Through all of that pain and loss though, mothers like Liz have risen from some of the most challenging and darkest moments in their lives to a level of love and appreciation that is nothing short of beautiful. Rainbow moms have a unique perspective, and something to teach us all — that motherhood truly is a gift, and that we are so, so lucky to walk this path together.
“I dream of being the “soccer mom.” I can’t wait until my kids are old enough to get into sports so I can be their number one fan!
Ultimately, all I want is to raise my children to be happy, healthy and good people. I want them to be able to come to me with anything and feel loved, safe and supported. The greatest gift we can give our children is our unconditional love.”
To the moms struggling to carry a baby to term or cope with their losses, Liz had these words of encouragement to share.
“If you are currently struggling with a similar story, my heart is with you. To the women yearning to be mothers, mothers of children in heaven, mother’s struggling with grief, loss or infertility, please remember, you are not alone.
Supporting Rainbow Moms
If you know someone going through infertility or loss, I urge you to reach out to them this Mother’s Day. Even if It’s just sending a thoughtful text or email saying you are thinking of them this day, or asking them ahead of time “how can I support you?” Such a small gesture can help those currently longing or grieving greatly.”
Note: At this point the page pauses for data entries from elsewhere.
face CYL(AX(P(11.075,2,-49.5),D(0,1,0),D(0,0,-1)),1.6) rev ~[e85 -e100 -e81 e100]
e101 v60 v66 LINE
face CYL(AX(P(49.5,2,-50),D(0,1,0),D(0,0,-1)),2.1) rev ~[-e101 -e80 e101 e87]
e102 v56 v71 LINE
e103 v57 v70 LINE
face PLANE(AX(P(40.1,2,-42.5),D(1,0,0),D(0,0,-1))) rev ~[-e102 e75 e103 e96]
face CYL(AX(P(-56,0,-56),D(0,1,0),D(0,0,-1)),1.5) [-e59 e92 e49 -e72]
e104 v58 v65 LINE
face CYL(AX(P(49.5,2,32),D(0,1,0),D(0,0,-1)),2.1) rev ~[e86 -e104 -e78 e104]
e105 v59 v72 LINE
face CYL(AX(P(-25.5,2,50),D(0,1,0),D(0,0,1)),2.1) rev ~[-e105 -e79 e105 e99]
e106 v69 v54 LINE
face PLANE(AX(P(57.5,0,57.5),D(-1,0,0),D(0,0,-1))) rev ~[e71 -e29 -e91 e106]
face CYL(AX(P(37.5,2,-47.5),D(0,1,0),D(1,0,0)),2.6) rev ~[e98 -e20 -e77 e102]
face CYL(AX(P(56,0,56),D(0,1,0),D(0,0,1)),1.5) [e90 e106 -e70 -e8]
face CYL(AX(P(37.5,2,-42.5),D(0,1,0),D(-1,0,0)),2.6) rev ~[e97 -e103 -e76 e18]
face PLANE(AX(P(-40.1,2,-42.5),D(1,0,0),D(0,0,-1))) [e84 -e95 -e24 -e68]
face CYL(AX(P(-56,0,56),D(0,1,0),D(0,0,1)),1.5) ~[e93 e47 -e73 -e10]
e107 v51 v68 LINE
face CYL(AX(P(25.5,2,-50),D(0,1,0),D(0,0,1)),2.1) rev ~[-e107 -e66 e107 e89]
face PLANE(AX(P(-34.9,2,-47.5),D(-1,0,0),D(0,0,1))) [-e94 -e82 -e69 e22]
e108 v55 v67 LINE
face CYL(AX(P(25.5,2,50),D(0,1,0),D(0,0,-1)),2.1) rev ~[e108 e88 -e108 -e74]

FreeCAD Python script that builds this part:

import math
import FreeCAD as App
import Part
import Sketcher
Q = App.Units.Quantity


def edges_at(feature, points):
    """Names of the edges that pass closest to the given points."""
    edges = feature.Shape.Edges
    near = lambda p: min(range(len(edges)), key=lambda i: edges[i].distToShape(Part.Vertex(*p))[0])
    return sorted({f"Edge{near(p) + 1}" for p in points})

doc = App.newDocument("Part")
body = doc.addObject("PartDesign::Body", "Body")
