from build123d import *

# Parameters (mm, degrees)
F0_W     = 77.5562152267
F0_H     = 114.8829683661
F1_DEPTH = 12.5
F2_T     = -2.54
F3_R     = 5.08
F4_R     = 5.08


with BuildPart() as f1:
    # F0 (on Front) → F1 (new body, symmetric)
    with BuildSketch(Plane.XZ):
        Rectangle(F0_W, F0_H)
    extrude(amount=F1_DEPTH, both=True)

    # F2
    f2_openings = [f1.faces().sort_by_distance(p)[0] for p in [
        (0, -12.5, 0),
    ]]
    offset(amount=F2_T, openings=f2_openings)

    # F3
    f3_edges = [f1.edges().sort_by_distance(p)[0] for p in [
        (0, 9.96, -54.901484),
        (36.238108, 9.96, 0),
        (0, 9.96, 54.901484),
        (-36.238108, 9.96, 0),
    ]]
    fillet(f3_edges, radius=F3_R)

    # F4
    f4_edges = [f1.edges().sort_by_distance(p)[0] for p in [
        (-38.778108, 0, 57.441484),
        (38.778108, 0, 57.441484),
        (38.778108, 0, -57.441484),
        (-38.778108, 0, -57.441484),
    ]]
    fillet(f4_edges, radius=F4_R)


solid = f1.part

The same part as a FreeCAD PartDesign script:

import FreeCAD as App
import Part
import Sketcher
Q = App.Units.Quantity


def edges_at(feature, points):
    """Names of the edges that pass closest to the given points."""
    edges = feature.Shape.Edges
    near = lambda p: min(range(len(edges)), key=lambda i: edges[i].distToShape(Part.Vertex(*p))[0])
    return sorted({f"Edge{near(p) + 1}" for p in points})


def faces_at(feature, points):
    """Names of the faces that lie closest to the given points."""
    faces = feature.Shape.Faces
    near = lambda p: min(range(len(faces)), key=lambda i: faces[i].distToShape(Part.Vertex(*p))[0])
    return sorted({f"Face{near(p) + 1}" for p in points})

doc = App.newDocument("Part")
body = doc.addObject("PartDesign::Body", "Body")

sketch1 = body.newObject("Sketcher::SketchObject", "Sketch")
sketch1.AttachmentSupport = (doc.getObject("XZ_Plane"), [""])
sketch1.MapMode = "FlatFace"
sketch1.addGeometry([
    Part.LineSegment(App.Vector(-39, 57, 0), App.Vector(-39, -57, 0)),
    Part.LineSegment(App.Vector(-39, -57, 0), App.Vector(39, -57, 0)),
    Part.LineSegment(App.Vector(39, -57, 0), App.Vector(39, 57, 0)),
    Part.LineSegment(App.Vector(39, 57, 0), App.Vector(-39, 57, 0)),
], False)
sketch1.addConstraint([
    Sketcher.Constraint("Coincident", 0, 2, 1, 1),
    Sketcher.Constraint("Coincident", 1, 2, 2, 1),
    Sketcher.Constraint("Coincident", 2, 2, 3, 1),
    Sketcher.Constraint("Coincident", 3, 2, 0, 1),
    Sketcher.Constraint("Vertical", 0),
    Sketcher.Constraint("Horizontal", 1),
    Sketcher.Constraint("Vertical", 2),
    Sketcher.Constraint("Horizontal", 3),
    Sketcher.Constraint("Symmetric", 0, 2, 2, 2, -1, 1),
    Sketcher.Constraint("DistanceY", 0, 2, 0, 1, Q("114.882968 mm")),
    Sketcher.Constraint("DistanceX", 1, 1, 1, 2, Q("77.556215 mm")),
])
pad1 = body.newObject("PartDesign::Pad", "Pad")
pad1.Profile = sketch1
pad1.Length = 25
pad1.Midplane = True
doc.recompute()

thickness = body.newObject("PartDesign::Thickness", "Thickness")
thickness.Base = (pad1, faces_at(pad1, [(0, -12.5, 0)]))
thickness.Value = Q("0.1 in")
thickness.Reversed = True
thickness.Join = "Arc"
doc.recompute()

fillet = body.newObject("PartDesign::Fillet", "Fillet")
fillet.Base = (thickness, edges_at(thickness, [
    (0, 9.96, -54.901),
    (36.238, 9.96, 0),
    (0, 9.96, 54.901),
    (-36.238, 9.96, 0),
]))
fillet.Radius = Q("0.2 in")
doc.recompute()

fillet2 = body.newObject("PartDesign::Fillet", "Fillet001")
fillet2.Base = (fillet, edges_at(fillet, [
    (-38.778, 0, 57.441),
    (38.778, 0, 57.441),
    (38.778, 0, -57.441),
    (-38.778, 0, -57.441),
]))
fillet2.Radius = Q("0.2 in")

doc.recompute()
Happy Mother’s Day, to all of the Rainbow moms and mothers still struggling with miscarriage and fertility. Though the journey to motherhood may feel unfairly difficult, there is light in the darkness. Keep the faith, and keep stories like Liz’s close to your heart this Mother’s Day.
We asked Carolyn what she wanted for Mother’s Day this year — here’s what she had to say:
“This Mother’s Day I just want to be surrounded by my family and children and spend all day snuggling and doing art projects. However, some chocolate and flowers wouldn’t hurt either!”